Disclaimer to the On-line Edition
This Manual has been designed for use in the NICU at London Health Sciences Centre (LHSC), London, Ontario, Canada, and represents clinical practice at this institution. The information contained within the Manual may not be applicable to other centres. If users of this Manual are not familiar with a drug, it is recommended that the official monograph be consulted before it is prescribed and administered. Any user of this information is advised that the contributors, Editor and LHSC are not responsible for any errors or omissions, and / or any consequences arising from the use of the information in this Manual.



  • naloxone is indicated for the reversal of severe respiratory depression that is caused by narcotics. It is effective against natural (eg. morphine) and synthetic (eg. meperidine, fentanyl) narcotics; it is NOT effective against barbiturates, tranquilizers, non-narcotic anaesthetics or sedatives.
  • naloxone has also been studied experimentally in the treatment of septic shock.
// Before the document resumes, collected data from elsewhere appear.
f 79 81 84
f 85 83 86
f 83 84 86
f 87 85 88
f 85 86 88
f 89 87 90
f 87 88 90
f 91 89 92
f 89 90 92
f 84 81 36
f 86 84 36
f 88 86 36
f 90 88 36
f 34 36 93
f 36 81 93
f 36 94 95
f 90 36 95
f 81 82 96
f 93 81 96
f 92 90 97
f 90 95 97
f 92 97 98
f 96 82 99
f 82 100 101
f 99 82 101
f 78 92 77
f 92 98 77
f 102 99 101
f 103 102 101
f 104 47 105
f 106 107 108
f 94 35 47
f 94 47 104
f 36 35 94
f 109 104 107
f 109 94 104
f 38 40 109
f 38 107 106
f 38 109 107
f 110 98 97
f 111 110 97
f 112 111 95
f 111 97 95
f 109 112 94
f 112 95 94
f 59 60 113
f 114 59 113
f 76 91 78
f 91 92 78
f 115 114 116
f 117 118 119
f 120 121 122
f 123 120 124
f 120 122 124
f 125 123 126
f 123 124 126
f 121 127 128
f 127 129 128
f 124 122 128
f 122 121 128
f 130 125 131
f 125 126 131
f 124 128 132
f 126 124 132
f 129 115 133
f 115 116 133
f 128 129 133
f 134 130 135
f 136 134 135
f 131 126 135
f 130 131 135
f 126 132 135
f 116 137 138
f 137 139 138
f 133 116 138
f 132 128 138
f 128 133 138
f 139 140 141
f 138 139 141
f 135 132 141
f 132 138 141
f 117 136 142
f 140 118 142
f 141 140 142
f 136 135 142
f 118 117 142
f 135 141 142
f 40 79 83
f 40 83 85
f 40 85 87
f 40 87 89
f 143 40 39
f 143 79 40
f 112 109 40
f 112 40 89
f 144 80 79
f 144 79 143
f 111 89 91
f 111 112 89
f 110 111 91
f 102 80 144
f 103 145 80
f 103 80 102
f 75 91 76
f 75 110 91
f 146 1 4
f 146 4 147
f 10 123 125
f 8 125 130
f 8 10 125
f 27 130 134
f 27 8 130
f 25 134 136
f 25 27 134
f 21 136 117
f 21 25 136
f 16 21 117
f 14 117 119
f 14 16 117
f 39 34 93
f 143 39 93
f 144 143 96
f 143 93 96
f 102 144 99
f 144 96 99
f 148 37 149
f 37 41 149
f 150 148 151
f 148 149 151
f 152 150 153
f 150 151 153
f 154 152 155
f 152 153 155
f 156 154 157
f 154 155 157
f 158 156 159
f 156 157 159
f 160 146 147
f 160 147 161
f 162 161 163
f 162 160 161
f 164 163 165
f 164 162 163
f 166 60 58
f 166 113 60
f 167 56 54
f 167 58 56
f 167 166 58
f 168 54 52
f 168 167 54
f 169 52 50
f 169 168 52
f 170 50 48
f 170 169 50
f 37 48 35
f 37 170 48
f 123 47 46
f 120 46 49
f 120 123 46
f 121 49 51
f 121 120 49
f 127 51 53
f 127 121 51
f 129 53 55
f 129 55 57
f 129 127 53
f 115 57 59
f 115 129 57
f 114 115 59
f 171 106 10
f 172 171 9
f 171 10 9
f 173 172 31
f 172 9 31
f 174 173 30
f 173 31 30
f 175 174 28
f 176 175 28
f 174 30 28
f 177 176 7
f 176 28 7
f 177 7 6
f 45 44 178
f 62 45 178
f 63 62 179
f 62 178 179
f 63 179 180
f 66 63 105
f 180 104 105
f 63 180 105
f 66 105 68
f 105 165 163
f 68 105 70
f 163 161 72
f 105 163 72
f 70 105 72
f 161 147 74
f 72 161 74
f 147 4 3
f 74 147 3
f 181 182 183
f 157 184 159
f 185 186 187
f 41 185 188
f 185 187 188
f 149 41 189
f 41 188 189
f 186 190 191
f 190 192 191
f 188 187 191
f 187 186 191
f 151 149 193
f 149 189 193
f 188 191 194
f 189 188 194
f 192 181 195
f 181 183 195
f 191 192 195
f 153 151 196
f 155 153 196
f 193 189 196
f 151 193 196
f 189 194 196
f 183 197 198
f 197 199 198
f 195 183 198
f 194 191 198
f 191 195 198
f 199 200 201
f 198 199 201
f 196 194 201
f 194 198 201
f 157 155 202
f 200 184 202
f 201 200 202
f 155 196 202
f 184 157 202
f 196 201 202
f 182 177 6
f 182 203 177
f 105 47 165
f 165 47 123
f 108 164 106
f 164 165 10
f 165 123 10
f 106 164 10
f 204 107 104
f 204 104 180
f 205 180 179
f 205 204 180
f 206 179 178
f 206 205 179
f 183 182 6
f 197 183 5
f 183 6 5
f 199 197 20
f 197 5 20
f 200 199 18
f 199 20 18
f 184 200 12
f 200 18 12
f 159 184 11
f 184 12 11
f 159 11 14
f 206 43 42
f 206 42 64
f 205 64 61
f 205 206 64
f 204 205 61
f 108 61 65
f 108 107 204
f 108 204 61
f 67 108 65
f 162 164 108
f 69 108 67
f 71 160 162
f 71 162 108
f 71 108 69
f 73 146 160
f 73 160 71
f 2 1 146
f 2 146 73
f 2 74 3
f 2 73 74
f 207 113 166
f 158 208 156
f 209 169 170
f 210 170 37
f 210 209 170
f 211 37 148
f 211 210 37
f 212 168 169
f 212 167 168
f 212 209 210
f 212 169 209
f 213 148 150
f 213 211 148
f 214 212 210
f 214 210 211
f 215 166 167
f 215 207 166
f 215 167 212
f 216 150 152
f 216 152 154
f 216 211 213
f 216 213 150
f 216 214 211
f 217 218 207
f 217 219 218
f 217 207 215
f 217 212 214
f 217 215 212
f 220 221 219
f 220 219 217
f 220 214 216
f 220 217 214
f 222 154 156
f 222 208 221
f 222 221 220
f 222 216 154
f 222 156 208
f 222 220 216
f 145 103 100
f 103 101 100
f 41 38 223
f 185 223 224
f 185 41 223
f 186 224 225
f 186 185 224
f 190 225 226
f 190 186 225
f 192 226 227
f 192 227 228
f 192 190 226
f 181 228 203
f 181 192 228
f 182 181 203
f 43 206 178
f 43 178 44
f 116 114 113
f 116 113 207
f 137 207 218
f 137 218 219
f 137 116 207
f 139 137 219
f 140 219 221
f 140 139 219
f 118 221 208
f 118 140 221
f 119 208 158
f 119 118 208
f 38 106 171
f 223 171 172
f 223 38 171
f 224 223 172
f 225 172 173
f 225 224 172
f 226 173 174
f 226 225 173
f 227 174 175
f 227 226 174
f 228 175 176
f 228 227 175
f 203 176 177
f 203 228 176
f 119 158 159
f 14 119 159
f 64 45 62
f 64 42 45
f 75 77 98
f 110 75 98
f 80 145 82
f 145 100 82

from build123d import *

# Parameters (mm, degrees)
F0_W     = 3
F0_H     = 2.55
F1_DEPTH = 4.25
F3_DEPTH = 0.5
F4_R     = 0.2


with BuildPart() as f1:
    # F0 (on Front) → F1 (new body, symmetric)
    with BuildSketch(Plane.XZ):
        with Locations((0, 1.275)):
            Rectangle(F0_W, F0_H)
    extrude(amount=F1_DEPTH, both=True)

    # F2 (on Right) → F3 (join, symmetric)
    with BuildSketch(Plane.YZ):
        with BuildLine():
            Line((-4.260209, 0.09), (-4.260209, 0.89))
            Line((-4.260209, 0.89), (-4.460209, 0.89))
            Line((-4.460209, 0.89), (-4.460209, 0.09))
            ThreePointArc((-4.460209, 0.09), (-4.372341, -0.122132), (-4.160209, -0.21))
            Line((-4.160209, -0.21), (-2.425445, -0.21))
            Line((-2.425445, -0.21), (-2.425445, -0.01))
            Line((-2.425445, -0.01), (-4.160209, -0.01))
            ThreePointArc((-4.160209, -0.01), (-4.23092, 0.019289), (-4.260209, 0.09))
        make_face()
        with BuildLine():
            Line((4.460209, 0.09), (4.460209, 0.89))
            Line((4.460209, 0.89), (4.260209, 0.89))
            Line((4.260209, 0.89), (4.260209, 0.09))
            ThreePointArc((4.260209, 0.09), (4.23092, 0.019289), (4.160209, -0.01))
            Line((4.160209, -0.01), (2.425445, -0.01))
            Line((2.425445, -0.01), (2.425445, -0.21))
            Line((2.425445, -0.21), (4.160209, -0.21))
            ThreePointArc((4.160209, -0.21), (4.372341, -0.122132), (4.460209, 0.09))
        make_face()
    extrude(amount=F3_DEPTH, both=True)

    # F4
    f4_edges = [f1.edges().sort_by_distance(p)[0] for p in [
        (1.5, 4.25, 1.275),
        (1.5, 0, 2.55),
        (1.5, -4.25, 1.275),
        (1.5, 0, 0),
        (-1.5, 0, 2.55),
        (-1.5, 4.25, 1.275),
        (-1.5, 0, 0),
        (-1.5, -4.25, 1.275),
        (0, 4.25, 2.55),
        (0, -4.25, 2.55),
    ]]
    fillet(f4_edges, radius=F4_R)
  • naloxone is essentially a pure opiate antagonist with little or no agonist (morphine-like) activity.
  • metabolized primarily in the liver
  • rapidly inactivated following oral administration, therefore very large doses are required if naloxone is given orally.
  • onset of actionIV:1 to 2 minutes
     SC,IM:2 to 5 minutes
  • naloxone's duration of action is 45 minutes to 4 hours; this is usually shorter than that of the narcotic. Thus, the effects of the narcotic may return as the effects of naloxone wear off, and repeated doses of naloxone may be required.

Side Effects

  • abrupt reversal of narcotic depression may result in vomiting, sweating, tachycardia, hypertension, tremors, agitation and irritability.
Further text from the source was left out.